Here at NJ Spark, more than a dozen Rutgers students will be reporting on social injustices in and around the New Brunswick area.
However, these issues happen everywhere. Here’s some recent news highlights:
- Lawmakers will introduce a bill aimed at tamping down on the wage theft epidemic. Democratic Senators Patty Murray (Wash.) and Sherrod Brown (Ohio) with Rep.
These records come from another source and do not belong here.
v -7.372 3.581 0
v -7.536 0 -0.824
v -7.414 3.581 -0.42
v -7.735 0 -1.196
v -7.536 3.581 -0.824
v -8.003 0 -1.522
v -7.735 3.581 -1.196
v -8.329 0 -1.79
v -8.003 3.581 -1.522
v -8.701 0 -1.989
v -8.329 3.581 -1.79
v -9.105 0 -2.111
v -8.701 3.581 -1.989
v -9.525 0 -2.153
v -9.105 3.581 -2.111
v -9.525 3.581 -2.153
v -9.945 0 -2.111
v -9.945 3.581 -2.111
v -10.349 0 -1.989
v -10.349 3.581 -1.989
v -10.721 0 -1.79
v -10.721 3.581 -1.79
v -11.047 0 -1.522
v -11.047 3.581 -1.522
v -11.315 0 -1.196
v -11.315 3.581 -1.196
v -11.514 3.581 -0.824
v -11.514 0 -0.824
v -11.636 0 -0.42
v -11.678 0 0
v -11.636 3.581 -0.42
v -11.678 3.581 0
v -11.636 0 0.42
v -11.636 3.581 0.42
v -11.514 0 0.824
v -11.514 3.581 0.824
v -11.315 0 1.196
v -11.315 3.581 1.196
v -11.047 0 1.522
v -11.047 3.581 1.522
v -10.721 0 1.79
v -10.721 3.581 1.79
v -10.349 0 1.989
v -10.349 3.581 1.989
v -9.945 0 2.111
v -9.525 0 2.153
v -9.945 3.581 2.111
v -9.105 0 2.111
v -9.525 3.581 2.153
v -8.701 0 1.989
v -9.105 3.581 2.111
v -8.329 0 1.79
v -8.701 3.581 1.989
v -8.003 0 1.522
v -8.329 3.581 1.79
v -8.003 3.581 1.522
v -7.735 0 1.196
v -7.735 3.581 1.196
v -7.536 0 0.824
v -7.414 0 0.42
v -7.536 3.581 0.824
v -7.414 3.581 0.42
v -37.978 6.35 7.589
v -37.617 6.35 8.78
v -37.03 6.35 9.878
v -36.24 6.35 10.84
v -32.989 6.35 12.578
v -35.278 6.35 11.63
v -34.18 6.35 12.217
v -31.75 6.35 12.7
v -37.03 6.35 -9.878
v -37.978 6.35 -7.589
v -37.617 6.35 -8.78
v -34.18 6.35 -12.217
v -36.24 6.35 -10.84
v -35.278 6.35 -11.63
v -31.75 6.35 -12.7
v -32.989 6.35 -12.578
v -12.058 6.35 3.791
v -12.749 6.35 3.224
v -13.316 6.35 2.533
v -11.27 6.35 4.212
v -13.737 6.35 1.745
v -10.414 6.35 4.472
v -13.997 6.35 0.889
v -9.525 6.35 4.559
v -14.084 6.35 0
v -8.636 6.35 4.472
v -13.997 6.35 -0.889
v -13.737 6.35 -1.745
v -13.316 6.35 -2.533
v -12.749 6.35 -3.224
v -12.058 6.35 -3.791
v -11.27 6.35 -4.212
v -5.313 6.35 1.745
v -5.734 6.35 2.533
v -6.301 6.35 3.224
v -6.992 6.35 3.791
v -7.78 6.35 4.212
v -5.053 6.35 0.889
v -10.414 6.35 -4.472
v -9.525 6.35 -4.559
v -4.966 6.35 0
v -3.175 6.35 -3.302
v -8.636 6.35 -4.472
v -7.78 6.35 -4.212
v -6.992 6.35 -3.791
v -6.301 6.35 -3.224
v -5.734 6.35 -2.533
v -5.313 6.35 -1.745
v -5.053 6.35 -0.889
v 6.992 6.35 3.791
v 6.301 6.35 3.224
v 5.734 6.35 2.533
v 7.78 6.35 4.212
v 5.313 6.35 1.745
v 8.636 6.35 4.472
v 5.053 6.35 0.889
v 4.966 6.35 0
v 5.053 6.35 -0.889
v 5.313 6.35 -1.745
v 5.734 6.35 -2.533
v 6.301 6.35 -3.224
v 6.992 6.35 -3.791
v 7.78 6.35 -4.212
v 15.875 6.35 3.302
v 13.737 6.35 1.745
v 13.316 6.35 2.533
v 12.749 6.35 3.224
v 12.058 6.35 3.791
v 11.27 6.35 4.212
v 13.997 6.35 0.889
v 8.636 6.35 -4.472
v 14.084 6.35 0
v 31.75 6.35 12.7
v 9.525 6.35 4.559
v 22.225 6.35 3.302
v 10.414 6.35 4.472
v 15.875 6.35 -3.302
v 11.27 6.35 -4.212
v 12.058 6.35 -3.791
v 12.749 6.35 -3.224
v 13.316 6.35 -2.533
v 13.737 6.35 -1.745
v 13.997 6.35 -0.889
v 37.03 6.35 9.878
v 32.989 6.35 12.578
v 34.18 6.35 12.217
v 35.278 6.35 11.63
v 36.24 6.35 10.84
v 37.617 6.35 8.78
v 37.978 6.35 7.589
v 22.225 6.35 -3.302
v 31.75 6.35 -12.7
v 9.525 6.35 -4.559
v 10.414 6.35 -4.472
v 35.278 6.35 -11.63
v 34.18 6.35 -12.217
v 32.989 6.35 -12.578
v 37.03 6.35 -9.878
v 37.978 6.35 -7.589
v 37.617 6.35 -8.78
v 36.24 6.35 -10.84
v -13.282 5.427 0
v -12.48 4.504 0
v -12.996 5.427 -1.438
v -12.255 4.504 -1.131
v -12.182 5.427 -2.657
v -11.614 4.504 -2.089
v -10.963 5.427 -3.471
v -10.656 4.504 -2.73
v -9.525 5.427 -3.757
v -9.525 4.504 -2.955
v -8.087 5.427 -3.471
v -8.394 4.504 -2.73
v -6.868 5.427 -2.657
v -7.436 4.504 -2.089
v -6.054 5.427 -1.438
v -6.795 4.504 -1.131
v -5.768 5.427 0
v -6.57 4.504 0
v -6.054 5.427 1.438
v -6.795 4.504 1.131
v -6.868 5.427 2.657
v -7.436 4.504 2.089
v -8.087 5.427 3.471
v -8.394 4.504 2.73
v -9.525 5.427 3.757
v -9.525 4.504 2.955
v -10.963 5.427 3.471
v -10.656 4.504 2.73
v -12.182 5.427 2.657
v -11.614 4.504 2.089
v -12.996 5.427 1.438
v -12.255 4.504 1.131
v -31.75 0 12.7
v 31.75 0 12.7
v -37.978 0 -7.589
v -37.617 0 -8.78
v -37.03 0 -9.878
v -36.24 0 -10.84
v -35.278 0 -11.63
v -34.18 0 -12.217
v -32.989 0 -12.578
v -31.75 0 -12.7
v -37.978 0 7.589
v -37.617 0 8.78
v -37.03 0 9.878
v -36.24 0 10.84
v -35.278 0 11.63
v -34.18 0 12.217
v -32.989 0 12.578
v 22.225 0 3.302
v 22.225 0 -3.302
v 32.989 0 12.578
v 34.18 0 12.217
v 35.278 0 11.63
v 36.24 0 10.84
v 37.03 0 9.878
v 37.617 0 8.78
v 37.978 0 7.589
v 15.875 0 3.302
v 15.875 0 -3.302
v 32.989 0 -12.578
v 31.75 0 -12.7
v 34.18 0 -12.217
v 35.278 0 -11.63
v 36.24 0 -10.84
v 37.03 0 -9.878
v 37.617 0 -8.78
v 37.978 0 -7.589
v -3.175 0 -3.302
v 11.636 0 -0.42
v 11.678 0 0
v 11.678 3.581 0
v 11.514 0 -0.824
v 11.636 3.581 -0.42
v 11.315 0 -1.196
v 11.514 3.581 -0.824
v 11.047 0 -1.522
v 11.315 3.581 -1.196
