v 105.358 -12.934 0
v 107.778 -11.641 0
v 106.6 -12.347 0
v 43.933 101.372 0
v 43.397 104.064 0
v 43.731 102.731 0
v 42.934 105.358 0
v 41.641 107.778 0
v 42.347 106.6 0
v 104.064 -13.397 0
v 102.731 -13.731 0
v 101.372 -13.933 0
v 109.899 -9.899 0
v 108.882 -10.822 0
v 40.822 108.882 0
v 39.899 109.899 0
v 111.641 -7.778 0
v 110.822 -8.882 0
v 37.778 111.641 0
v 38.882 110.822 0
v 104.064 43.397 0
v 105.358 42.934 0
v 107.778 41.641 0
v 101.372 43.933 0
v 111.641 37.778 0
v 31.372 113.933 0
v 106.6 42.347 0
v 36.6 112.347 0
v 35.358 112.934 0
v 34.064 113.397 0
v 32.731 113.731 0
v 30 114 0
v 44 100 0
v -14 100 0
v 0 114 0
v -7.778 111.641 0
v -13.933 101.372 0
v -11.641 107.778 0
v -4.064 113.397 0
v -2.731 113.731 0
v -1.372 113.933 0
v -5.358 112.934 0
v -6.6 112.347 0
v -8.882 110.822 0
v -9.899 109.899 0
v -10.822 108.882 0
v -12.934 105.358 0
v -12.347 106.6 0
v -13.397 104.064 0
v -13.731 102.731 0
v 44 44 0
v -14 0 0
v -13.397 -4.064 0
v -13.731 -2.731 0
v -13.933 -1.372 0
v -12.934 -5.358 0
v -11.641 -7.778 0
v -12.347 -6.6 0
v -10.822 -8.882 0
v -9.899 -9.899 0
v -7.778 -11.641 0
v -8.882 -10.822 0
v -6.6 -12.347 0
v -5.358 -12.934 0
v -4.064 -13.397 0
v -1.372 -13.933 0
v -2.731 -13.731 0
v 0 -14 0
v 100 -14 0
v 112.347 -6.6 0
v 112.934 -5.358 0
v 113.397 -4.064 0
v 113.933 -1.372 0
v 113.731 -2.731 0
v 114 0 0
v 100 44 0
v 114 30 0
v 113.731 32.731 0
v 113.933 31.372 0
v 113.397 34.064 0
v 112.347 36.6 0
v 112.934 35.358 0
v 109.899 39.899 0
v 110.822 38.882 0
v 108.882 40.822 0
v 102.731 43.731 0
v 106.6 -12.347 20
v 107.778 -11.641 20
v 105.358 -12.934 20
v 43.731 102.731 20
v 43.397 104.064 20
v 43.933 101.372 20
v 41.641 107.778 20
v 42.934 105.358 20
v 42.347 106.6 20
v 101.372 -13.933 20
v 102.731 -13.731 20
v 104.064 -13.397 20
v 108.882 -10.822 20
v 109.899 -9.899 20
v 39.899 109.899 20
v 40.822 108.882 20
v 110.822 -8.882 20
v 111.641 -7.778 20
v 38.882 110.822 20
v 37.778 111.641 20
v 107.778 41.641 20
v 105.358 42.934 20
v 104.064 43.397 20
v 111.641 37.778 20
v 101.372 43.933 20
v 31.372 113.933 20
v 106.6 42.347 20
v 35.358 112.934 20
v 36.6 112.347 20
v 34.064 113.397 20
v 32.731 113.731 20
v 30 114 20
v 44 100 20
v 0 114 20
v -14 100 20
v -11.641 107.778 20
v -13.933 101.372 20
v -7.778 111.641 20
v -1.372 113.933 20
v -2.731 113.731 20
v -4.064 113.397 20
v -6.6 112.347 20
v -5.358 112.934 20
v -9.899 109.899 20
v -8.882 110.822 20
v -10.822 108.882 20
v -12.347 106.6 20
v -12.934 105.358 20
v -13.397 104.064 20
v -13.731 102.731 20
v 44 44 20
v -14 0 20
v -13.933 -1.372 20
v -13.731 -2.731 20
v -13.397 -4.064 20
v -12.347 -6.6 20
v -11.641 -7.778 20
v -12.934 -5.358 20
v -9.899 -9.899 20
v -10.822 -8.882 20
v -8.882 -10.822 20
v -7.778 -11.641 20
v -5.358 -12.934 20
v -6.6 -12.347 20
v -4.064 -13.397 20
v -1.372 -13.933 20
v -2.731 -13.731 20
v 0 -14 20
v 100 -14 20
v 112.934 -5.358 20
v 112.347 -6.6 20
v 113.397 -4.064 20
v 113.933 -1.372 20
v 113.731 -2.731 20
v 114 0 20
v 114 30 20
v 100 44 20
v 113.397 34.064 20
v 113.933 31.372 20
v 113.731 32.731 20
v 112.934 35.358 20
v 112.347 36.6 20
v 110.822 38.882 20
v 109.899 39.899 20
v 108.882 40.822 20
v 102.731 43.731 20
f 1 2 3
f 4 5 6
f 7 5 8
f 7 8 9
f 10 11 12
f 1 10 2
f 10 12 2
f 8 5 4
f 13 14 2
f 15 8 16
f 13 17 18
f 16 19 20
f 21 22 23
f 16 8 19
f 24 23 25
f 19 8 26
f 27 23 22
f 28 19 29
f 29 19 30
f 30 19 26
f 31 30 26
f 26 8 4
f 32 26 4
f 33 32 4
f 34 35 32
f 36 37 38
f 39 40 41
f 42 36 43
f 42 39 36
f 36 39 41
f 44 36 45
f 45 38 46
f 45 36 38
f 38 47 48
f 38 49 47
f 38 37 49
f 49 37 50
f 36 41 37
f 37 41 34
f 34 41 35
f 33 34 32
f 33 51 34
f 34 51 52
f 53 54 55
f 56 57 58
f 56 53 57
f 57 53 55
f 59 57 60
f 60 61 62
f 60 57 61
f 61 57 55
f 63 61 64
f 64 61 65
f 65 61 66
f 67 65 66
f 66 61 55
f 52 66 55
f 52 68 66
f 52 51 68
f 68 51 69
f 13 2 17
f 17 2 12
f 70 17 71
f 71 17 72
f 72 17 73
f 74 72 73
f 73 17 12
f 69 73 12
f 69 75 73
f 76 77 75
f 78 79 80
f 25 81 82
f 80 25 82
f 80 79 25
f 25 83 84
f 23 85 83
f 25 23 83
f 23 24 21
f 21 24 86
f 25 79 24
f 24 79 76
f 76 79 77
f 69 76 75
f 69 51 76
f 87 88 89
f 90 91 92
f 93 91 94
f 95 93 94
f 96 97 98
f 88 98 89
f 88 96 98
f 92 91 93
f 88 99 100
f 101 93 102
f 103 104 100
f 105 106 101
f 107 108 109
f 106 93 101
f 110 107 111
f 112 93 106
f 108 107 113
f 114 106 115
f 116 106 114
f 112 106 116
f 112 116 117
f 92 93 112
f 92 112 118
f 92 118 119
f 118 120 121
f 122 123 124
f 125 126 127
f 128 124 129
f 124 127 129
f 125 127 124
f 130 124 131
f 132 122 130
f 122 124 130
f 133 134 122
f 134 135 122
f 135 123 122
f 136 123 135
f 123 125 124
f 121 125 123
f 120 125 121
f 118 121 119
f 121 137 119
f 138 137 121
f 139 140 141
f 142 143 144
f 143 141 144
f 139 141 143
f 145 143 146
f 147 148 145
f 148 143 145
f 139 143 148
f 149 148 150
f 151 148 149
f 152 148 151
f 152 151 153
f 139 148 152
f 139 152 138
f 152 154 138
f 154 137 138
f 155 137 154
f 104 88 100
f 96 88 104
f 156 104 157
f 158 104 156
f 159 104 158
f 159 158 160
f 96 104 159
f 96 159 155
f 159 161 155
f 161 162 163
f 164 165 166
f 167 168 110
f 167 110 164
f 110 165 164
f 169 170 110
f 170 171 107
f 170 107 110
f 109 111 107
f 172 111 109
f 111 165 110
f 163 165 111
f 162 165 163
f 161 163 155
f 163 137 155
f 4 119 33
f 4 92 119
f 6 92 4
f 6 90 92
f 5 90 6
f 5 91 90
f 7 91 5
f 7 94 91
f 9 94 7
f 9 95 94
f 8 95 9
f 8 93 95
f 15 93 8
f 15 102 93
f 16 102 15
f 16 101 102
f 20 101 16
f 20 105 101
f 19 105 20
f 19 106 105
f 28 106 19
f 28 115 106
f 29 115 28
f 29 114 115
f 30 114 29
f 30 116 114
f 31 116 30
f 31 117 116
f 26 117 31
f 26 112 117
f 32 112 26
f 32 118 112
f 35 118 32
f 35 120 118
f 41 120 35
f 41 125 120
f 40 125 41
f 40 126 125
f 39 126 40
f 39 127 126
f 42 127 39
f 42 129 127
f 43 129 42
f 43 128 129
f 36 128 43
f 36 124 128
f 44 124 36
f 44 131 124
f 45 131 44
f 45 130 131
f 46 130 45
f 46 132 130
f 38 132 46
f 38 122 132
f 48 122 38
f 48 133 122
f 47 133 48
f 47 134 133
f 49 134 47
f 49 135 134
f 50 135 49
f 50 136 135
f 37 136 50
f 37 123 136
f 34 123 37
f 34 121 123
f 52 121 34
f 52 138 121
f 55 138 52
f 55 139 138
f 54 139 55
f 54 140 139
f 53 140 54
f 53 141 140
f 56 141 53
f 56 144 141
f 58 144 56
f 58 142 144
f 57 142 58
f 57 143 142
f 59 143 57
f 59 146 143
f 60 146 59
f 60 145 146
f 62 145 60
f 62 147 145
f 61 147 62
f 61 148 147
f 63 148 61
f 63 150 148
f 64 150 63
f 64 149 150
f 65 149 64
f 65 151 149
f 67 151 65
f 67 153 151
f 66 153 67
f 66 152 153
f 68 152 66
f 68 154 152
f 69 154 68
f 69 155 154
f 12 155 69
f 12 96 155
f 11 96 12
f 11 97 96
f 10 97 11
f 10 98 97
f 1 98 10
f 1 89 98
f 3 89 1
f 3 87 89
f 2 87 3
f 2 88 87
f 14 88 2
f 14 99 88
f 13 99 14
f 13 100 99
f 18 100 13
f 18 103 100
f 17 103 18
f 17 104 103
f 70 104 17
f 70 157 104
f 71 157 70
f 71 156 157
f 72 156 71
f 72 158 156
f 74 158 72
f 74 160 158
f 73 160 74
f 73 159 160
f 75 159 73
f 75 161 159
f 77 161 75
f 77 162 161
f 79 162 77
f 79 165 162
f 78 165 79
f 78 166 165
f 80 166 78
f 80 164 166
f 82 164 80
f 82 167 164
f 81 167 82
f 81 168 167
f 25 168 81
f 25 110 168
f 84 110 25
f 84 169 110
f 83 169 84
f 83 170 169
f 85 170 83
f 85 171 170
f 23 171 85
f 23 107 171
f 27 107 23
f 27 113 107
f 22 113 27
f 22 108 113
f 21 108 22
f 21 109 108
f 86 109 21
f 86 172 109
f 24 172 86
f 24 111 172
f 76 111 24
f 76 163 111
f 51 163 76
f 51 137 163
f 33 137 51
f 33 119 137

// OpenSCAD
// Parameters (adjust as needed)
arm_width = 30;        // Width of the arms
short_length = 100;     // Length of the short arm
long_length = 100;     // Length of the long arm
height = 20;           // Thickness in Z
rounding_radius = 14;   // Radius for rounding the joint (inside and outside)

// 2D L-shaped profile
module l_profile() {
    union() {
        square([short_length, arm_width]);
        square([arm_width, long_length]);
    }
}

// Extrude the Minkowski sum of the profile and a circle for rounding
linear_extrude(height = height) {
    minkowski() {
        l_profile();
        circle(r = rounding_radius, $fn = 64);  // Higher $fn for smoother curves
    }
}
Rosa DeLauro (Conn.) will unveil the Wage Theft Prevention and Wage Recovery Act, a bill that would beef up existing protections and add some new provisions to make it less appealing for the country’s bosses to stiff workers on wages by refusing to pay at least the minimum wage, denying overtime pay, making people work off the clock, stealing tips, or illegally misclassifying them.
- While a harsh national spotlight focuses on the drinking water crisis in Flint, Mich., a USA TODAY NETWORK investigation has identified almost 2,000 additional water systems spanning all 50 states where testing has shown excessive levels of lead contamination over the past four years. The water systems, which reported lead levels exceeding EPA standards, collectively supply water to 6 million people. About 350 of those systems provide drinking water to schools or day cares. The USA TODAY NETWORK investigation also found at least 180 of the water systems failed to notify consumers about the high lead levels as federal rules require.
- The City Council voted to approve a settlement with the Justice Department to overhaul the city’s police and courts. With the 6-to-0 vote, the Council reversed itself and avoided an expensive legal fight with the federal government. Ferguson must now begin the long, deliberate and costly process of carrying out reforms to a criminal justice system that has been under fire since a white police officer fatally shot an unarmed black teenager in 2014.
- The Justice Department on Monday called on state judges across the country to root out unconstitutional policies that have locked poor people in a cycle of fines, debt and jail. It was the Obama administration’s latest effort to take its civil rights agenda to the states, which have become a frontier in the fight over the rights of the poor and the disabled, the transgender and the homeless.
- A new nationwide study published in the Lancet suggests that a combination of just three gun laws could reduce the death rate from firearms by more than 90 percent, effectively reducing our gun mortality problem to levels comparable with the rest of the civilized world.